- _Records provided_:
═══
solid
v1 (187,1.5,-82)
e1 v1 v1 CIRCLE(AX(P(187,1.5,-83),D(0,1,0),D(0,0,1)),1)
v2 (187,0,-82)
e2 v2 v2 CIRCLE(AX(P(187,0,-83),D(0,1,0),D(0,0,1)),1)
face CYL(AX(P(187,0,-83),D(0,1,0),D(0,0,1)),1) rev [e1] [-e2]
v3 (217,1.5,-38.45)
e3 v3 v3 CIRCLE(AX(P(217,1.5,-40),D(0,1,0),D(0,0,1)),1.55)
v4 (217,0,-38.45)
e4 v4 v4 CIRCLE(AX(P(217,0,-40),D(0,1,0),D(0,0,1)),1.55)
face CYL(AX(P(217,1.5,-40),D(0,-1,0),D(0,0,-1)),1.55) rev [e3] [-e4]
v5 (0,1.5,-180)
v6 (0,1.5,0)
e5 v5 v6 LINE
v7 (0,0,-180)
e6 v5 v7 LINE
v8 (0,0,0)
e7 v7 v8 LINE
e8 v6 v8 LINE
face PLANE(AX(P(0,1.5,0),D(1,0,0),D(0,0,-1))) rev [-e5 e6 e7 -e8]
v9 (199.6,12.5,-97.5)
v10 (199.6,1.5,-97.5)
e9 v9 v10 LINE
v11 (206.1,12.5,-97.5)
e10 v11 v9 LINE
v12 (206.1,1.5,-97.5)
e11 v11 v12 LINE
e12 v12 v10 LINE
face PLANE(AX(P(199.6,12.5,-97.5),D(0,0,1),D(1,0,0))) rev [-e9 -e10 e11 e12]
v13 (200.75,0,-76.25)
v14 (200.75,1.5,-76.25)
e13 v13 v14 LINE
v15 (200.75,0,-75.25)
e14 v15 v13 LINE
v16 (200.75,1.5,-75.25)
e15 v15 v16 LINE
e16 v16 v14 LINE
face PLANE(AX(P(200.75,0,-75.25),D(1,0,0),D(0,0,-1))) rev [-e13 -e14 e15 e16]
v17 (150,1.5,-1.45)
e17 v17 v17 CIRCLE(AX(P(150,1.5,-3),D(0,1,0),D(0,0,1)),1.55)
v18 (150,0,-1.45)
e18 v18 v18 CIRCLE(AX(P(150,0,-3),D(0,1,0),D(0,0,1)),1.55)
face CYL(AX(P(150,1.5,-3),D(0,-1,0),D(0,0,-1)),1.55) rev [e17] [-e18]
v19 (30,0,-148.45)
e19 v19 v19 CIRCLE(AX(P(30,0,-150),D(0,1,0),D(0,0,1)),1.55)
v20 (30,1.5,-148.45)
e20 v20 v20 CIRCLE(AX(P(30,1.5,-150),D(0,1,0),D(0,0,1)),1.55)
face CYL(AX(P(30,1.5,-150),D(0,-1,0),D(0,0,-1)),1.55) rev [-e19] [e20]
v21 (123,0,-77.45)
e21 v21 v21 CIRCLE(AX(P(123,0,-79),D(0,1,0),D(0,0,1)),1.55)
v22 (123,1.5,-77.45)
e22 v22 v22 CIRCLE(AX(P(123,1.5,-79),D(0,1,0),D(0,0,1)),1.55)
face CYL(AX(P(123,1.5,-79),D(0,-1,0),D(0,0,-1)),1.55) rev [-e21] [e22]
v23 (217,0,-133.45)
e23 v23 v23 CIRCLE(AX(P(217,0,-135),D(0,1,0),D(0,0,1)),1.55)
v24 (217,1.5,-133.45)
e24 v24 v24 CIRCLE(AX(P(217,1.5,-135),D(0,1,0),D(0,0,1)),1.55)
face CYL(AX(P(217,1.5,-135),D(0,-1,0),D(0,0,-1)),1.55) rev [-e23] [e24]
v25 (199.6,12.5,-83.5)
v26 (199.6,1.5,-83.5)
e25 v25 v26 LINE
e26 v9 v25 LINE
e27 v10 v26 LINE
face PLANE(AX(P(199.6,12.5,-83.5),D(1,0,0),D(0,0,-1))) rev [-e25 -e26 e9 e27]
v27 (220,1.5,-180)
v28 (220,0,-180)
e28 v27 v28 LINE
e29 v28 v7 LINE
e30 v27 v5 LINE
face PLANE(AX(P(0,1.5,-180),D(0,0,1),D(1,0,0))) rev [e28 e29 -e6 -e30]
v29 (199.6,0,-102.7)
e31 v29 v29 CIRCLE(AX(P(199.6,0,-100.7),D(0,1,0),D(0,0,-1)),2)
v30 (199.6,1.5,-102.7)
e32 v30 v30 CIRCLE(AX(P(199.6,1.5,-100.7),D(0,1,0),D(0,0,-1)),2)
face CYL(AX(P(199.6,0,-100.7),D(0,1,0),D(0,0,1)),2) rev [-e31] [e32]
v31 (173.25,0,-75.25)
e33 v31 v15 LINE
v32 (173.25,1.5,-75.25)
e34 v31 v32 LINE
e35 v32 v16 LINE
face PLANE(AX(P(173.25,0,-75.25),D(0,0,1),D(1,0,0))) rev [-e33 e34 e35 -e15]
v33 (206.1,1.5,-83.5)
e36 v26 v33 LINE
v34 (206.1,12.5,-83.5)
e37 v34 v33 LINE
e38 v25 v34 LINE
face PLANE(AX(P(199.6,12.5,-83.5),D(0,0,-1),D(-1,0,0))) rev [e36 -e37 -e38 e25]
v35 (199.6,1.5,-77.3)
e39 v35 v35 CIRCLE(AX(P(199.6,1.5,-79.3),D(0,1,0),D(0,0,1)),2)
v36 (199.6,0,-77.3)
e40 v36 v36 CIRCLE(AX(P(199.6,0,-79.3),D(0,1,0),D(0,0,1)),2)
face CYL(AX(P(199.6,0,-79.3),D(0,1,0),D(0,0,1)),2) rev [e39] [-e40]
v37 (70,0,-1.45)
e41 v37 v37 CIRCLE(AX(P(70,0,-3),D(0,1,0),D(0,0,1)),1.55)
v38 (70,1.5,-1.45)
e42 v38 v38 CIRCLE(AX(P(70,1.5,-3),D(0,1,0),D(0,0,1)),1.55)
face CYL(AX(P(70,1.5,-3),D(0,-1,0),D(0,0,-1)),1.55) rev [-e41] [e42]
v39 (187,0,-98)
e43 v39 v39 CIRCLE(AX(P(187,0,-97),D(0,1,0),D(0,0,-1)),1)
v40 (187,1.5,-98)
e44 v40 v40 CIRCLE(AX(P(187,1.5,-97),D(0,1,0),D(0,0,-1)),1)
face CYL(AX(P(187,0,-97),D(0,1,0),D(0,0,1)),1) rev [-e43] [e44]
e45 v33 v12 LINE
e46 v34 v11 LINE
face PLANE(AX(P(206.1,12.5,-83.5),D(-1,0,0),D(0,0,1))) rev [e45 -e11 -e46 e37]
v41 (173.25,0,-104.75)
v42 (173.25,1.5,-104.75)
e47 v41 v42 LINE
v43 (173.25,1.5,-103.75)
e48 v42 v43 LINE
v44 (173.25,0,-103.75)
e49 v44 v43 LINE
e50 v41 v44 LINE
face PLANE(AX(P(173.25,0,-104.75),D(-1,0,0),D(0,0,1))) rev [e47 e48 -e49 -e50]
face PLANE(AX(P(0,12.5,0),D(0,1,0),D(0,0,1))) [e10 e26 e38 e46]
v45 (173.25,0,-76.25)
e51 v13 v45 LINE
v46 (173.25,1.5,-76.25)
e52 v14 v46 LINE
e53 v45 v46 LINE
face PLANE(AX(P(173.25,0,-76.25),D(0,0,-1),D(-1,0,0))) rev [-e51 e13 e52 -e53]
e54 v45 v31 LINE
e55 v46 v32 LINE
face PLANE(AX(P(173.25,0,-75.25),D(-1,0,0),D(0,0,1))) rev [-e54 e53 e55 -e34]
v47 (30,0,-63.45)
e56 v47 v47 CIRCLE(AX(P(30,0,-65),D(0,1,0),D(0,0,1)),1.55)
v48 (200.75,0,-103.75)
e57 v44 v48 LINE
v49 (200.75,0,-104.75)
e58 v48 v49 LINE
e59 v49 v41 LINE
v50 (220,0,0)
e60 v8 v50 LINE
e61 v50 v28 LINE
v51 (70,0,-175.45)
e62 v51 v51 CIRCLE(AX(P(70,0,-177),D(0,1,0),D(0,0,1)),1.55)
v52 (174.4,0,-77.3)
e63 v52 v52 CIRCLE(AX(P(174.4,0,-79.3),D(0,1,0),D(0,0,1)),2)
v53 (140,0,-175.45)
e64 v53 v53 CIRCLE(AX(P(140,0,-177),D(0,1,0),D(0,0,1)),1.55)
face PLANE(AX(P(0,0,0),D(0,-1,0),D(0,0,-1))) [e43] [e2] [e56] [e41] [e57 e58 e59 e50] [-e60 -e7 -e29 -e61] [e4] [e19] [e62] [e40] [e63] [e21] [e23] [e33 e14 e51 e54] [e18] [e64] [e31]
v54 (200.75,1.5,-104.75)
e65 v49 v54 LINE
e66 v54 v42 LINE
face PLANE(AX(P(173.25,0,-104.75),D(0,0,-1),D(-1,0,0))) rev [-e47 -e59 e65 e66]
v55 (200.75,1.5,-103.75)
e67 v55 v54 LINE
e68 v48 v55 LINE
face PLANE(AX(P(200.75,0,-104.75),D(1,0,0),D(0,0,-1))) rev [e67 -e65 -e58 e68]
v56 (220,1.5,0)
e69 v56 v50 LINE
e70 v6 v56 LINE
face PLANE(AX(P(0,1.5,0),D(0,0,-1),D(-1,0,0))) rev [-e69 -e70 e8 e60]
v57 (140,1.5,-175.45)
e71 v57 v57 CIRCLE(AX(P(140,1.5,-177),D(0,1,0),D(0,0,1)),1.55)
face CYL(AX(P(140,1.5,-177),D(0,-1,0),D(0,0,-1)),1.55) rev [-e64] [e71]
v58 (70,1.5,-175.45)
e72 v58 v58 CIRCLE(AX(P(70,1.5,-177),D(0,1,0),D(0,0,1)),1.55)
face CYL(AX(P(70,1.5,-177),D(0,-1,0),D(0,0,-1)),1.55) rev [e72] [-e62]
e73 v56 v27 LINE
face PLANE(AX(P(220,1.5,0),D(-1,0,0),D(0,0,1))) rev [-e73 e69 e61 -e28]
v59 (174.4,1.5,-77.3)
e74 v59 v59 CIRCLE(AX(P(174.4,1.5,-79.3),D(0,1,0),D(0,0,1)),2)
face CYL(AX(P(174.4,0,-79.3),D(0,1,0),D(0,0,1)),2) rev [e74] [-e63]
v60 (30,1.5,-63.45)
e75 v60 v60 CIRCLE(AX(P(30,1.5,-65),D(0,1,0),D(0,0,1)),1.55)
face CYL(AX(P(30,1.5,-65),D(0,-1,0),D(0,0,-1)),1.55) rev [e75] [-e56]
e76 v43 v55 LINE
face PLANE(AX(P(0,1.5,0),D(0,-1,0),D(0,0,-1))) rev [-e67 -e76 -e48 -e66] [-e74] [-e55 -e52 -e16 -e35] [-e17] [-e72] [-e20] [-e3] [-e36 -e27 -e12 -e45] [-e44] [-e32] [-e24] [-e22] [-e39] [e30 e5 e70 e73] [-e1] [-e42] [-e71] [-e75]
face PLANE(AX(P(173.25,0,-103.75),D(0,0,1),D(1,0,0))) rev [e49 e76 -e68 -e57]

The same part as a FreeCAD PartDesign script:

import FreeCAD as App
import Part
import Sketcher

V = App.Vector
Q = App.Units.Quantity


def add_polygon(sketch, points):
    """Adds a closed chain of lines whose ends are joined by coincident constraints."""
    first, n = sketch.GeometryCount, len(points)
    for a, b in zip(points, points[1:] + points[:1]):
        sketch.addGeometry(Part.LineSegment(App.Vector(*a, 0), App.Vector(*b, 0)), False)
    for i in range(n):
        sketch.addConstraint(Sketcher.Constraint("Coincident", first + i, 2, first + (i + 1) % n, 1))

doc = App.newDocument("Part")
body = doc.addObject("PartDesign::Body", "Body")

sketch1 = body.newObject("Sketcher::SketchObject", "Sketch")
sketch1.AttachmentSupport = (doc.getObject("XZ_Plane"), [""])
sketch1.MapMode = "FlatFace"
add_polygon(sketch1, [(0, -180), (0, 0), (220, 0), (220, -180)])
sketch1.addGeometry(Part.Circle(V(70, -3, 0), V(0, 0, 1), 1.55), False)
sketch1.addGeometry(Part.Circle(V(30, -65, 0), V(0, 0, 1), 1.55), False)
sketch1.addGeometry(Part.Circle(V(123, -79, 0), V(0, 0, 1), 1.55), False)
sketch1.addGeometry(Part.Circle(V(150, -3, 0), V(0, 0, 1), 1.55), False)
sketch1.addGeometry(Part.Circle(V(217, -40, 0), V(0, 0, 1), 1.55), False)
sketch1.addGeometry(Part.Circle(V(30, -150, 0), V(0, 0, 1), 1.55), False)
sketch1.addGeometry(Part.Circle(V(70, -177, 0), V(0, 0, 1), 1.55), False)
sketch1.addGeometry(Part.Circle(V(140, -177, 0), V(0, 0, 1), 1.55), False)
sketch1.addGeometry(Part.Circle(V(217, -135, 0), V(0, 0, 1), 1.55), False)
sketch1.addConstraint(Sketcher.Constraint("Vertical", 0))
sketch1.addConstraint(Sketcher.Constraint("Horizontal", 1))
sketch1.addConstraint(Sketcher.Constraint("Vertical", 2))
sketch1.addConstraint(Sketcher.Constraint("Horizontal", 3))
sketch1.addConstraint(Sketcher.Constraint("Coincident", 0, 2, -1, 1))
sketch1.addConstraint(Sketcher.Constraint("Equal", 4, 5))
sketch1.addConstraint(Sketcher.Constraint("Equal", 5, 6))
sketch1.addConstraint(Sketcher.Constraint("Equal", 6, 7))
sketch1.addConstraint(Sketcher.Constraint("Equal", 7, 8))
sketch1.addConstraint(Sketcher.Constraint("Equal", 8, 9))
sketch1.addConstraint(Sketcher.Constraint("Equal", 9, 10))
sketch1.addConstraint(Sketcher.Constraint("Equal", 10, 11))
sketch1.addConstraint(Sketcher.Constraint("Equal", 11, 12))
sketch1.addConstraint(Sketcher.Constraint("Horizontal", 4, 3, 7, 3))
sketch1.addConstraint(Sketcher.Constraint("Horizontal", 10, 3, 11, 3))
sketch1.addConstraint(Sketcher.Constraint("Vertical", 5, 3, 9, 3))
sketch1.addConstraint(Sketcher.Constraint("Vertical", 4, 3, 10, 3))
sketch1.addConstraint(Sketcher.Constraint("Vertical", 8, 3, 12, 3))
sketch1.addConstraint(Sketcher.Constraint("Diameter", 4, Q("3.1 mm")))
sketch1.addConstraint(Sketcher.Constraint("DistanceX", 1, 1, 1, 2, Q("220 mm")))
sketch1.addConstraint(Sketcher.Constraint("DistanceY", 0, 1, 0, 2, Q("180 mm")))
sketch1.addConstraint(Sketcher.Constraint("DistanceX", -1, 1, 4, 3, Q("70 mm")))
sketch1.addConstraint(Sketcher.Constraint("DistanceY", 4, 3, -1, 1, Q("3 mm")))
sketch1.addConstraint(Sketcher.Constraint("DistanceX", -1, 1, 5, 3, Q("30 mm")))
sketch1.addConstraint(Sketcher.Constraint("DistanceY", 5, 3, -1, 1, Q("65 mm")))
sketch1.addConstraint(Sketcher.Constraint("DistanceX", -1, 1, 6, 3, Q("123 mm")))
sketch1.addConstraint(Sketcher.Constraint("DistanceY", 6, 3, -1, 1, Q("79 mm")))
sketch1.addConstraint(Sketcher.Constraint("DistanceX", -1, 1, 7, 3, Q("150 mm")))
sketch1.addConstraint(Sketcher.Constraint("DistanceX", -1, 1, 8, 3, Q("217 mm")))
sketch1.addConstraint(Sketcher.Constraint("DistanceY", 8, 3, -1, 1, Q("40 mm")))
sketch1.addConstraint(Sketcher.Constraint("DistanceY", 9, 3, -1, 1, Q("150 mm")))
sketch1.addConstraint(Sketcher.Constraint("DistanceY", 10, 3, -1, 1, Q("177 mm")))
sketch1.addConstraint(Sketcher.Constraint("DistanceX", -1, 1, 11, 3, Q("140 mm")))
sketch1.addConstraint(Sketcher.Constraint("DistanceY", 12, 3, -1, 1, Q("135 mm")))
pad1 = body.newObject("PartDesign::Pad", "Pad")
pad1.Profile = sketch1
pad1.Length = 1.5
pad1.Reversed = True

sketch2 = body.newObject("Sketcher::SketchObject", "Sketch001")
sketch2.AttachmentSupport = (doc.getObject("XZ_Plane"), [""])
sketch2.MapMode = "FlatFace"
sketch2.AttachmentOffset = App.Placement(V(0, 0, -1.5), App.Rotation())
sketch2.addGeometry(Part.Circle(V(187, -83, 0), V(0, 0, 1), 1), False)
sketch2.addGeometry(Part.Circle(V(187, -97, 0), V(0, 0, 1), 1), False)
sketch2.addGeometry(Part.Circle(V(199.6, -79.3, 0), V(0, 0, 1), 2), False)
sketch2.addGeometry(Part.Circle(V(199.6, -100.7, 0), V(0, 0, 1), 2), False)
sketch2.addGeometry(Part.Circle(V(174.4, -79.3, 0), V(0, 0, 1), 2), False)
add_polygon(sketch2, [(173.25, -76.25), (173.25, -75.25), (200.75, -75.25), (200.75, -76.25)])
add_polygon(sketch2, [(173.25, -104.75), (173.25, -103.75), (200.75, -103.75), (200.75, -104.75)])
═══
- _Exercise goal_:
Beginning at the line with "v49 (200.75,0,-104.75)" and stopping after the line with "e66 v54 v42 LINE", please write out every line of the data above exactly and nothing else.

- _Worked solution_:
v49 (200.75,0,-104.75)
e58 v48 v49 LINE
e59 v49 v41 LINE
v50 (220,0,0)
e60 v8 v50 LINE
e61 v50 v28 LINE
v51 (70,0,-175.45)
e62 v51 v51 CIRCLE(AX(P(70,0,-177),D(0,1,0),D(0,0,1)),1.55)
v52 (174.4,0,-77.3)
e63 v52 v52 CIRCLE(AX(P(174.4,0,-79.3),D(0,1,0),D(0,0,1)),2)
v53 (140,0,-175.45)
e64 v53 v53 CIRCLE(AX(P(140,0,-177),D(0,1,0),D(0,0,1)),1.55)
face PLANE(AX(P(0,0,0),D(0,-1,0),D(0,0,-1))) [e43] [e2] [e56] [e41] [e57 e58 e59 e50] [-e60 -e7 -e29 -e61] [e4] [e19] [e62] [e40] [e63] [e21] [e23] [e33 e14 e51 e54] [e18] [e64] [e31]
v54 (200.75,1.5,-104.75)
e65 v49 v54 LINE
e66 v54 v42 LINE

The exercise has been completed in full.